Stored items:
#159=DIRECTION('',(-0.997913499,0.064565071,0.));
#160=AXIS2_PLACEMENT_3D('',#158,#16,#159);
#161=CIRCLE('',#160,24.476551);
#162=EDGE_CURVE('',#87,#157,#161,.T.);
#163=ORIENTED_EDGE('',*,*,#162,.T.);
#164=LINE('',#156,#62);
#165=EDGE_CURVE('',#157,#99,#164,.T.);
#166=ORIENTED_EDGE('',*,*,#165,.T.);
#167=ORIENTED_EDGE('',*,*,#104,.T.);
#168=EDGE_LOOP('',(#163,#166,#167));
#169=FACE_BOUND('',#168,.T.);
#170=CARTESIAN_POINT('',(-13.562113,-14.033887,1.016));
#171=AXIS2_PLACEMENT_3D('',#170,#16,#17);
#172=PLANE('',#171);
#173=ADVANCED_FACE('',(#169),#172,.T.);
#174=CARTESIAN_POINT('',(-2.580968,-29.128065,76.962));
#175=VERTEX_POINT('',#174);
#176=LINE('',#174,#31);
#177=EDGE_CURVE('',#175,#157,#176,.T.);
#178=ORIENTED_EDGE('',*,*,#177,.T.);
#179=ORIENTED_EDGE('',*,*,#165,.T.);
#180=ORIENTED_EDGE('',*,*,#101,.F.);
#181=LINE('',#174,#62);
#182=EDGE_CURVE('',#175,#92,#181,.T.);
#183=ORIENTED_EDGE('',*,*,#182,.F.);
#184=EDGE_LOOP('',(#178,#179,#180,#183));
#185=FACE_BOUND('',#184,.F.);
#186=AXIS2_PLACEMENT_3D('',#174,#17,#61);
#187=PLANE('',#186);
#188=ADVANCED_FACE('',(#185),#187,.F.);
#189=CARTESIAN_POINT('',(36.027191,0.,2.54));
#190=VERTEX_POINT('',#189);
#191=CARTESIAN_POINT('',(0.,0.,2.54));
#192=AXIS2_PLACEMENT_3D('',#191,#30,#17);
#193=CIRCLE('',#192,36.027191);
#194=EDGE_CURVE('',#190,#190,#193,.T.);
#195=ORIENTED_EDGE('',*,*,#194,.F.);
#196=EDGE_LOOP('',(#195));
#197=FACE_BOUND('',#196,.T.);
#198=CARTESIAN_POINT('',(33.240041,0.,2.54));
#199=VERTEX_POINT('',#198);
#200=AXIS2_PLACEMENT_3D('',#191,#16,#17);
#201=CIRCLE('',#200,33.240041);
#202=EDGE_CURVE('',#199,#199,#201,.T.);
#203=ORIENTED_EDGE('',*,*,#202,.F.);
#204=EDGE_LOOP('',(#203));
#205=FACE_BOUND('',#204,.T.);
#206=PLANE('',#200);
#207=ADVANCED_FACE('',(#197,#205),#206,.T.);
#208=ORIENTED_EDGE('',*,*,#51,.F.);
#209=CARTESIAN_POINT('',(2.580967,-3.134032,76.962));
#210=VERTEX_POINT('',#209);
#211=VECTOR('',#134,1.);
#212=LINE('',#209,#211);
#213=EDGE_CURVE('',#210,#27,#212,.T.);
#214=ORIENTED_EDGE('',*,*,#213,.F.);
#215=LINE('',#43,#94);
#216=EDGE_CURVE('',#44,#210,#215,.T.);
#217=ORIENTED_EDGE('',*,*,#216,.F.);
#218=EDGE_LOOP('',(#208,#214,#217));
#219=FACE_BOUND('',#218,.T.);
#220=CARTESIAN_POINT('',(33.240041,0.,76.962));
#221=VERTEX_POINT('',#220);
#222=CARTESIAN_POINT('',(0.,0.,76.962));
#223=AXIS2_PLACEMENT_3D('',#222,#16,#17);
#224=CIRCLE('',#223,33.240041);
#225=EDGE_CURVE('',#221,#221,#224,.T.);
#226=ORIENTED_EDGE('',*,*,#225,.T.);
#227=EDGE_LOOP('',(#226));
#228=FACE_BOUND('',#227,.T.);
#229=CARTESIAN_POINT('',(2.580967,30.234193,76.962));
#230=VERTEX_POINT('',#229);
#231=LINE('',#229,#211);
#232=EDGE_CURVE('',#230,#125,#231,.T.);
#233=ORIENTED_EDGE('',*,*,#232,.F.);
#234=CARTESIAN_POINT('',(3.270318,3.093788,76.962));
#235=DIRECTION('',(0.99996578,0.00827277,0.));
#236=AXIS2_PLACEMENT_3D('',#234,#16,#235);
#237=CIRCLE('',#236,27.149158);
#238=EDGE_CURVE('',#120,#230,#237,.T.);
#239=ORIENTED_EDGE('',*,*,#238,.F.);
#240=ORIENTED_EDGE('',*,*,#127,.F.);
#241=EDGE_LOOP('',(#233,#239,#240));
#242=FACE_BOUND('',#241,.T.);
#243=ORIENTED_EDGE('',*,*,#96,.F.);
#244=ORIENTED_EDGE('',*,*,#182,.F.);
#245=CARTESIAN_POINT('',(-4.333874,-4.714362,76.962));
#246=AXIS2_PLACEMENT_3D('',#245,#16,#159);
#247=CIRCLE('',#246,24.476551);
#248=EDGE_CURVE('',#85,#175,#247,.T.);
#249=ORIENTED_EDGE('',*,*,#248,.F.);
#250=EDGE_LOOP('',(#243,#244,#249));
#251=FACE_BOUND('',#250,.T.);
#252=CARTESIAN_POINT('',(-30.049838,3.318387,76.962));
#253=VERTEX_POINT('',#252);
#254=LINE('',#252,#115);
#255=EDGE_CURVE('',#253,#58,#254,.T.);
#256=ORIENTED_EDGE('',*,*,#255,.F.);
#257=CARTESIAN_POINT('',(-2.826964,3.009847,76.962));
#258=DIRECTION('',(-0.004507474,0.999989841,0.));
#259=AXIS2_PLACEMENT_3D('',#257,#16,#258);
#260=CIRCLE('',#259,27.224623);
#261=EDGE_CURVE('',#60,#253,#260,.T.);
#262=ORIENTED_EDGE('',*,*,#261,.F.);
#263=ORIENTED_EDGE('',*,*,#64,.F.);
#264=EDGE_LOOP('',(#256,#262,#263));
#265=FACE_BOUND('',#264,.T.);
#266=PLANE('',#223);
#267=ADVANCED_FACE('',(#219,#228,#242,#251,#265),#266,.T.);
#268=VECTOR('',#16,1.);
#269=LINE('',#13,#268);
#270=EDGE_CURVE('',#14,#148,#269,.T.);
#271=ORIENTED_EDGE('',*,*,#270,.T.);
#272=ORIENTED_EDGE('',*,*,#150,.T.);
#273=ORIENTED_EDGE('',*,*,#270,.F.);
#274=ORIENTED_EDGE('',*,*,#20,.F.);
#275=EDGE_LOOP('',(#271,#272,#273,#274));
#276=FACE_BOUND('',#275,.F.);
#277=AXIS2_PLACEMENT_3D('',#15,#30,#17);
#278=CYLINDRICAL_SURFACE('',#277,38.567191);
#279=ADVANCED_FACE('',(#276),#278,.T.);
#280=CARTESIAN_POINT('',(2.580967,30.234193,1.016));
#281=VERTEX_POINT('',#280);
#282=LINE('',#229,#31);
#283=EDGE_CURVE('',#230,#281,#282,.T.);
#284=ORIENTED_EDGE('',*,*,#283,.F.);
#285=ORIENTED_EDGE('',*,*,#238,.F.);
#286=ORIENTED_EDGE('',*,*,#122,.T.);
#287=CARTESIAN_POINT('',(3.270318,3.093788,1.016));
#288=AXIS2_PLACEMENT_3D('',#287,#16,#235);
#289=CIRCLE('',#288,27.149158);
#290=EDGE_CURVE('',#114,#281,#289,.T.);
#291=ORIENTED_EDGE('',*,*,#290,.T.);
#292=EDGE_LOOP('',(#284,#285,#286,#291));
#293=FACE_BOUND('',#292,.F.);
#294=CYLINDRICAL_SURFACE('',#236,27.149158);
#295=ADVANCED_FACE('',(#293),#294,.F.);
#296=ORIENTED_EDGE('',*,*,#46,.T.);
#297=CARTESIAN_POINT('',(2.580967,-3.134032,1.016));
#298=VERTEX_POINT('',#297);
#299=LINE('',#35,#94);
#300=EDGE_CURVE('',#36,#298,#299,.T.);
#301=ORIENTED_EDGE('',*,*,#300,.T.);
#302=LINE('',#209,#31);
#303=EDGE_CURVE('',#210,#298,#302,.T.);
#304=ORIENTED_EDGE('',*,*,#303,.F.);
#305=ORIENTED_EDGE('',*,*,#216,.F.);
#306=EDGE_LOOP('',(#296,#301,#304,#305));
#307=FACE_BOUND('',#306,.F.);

YOUR INSTRUCTIONS:
Reprint exactly the lines above that start at the one with "#180=ORIENTED_EDGE('',*,*,#101,.F.);" and end at the one with "#191=CARTESIAN_POINT('',(0.,0.,2.54));", keeping both and adding none.

WORKED SOLUTION:
#180=ORIENTED_EDGE('',*,*,#101,.F.);
#181=LINE('',#174,#62);
#182=EDGE_CURVE('',#175,#92,#181,.T.);
#183=ORIENTED_EDGE('',*,*,#182,.F.);
#184=EDGE_LOOP('',(#178,#179,#180,#183));
#185=FACE_BOUND('',#184,.F.);
#186=AXIS2_PLACEMENT_3D('',#174,#17,#61);
#187=PLANE('',#186);
#188=ADVANCED_FACE('',(#185),#187,.F.);
#189=CARTESIAN_POINT('',(36.027191,0.,2.54));
#190=VERTEX_POINT('',#189);
#191=CARTESIAN_POINT('',(0.,0.,2.54));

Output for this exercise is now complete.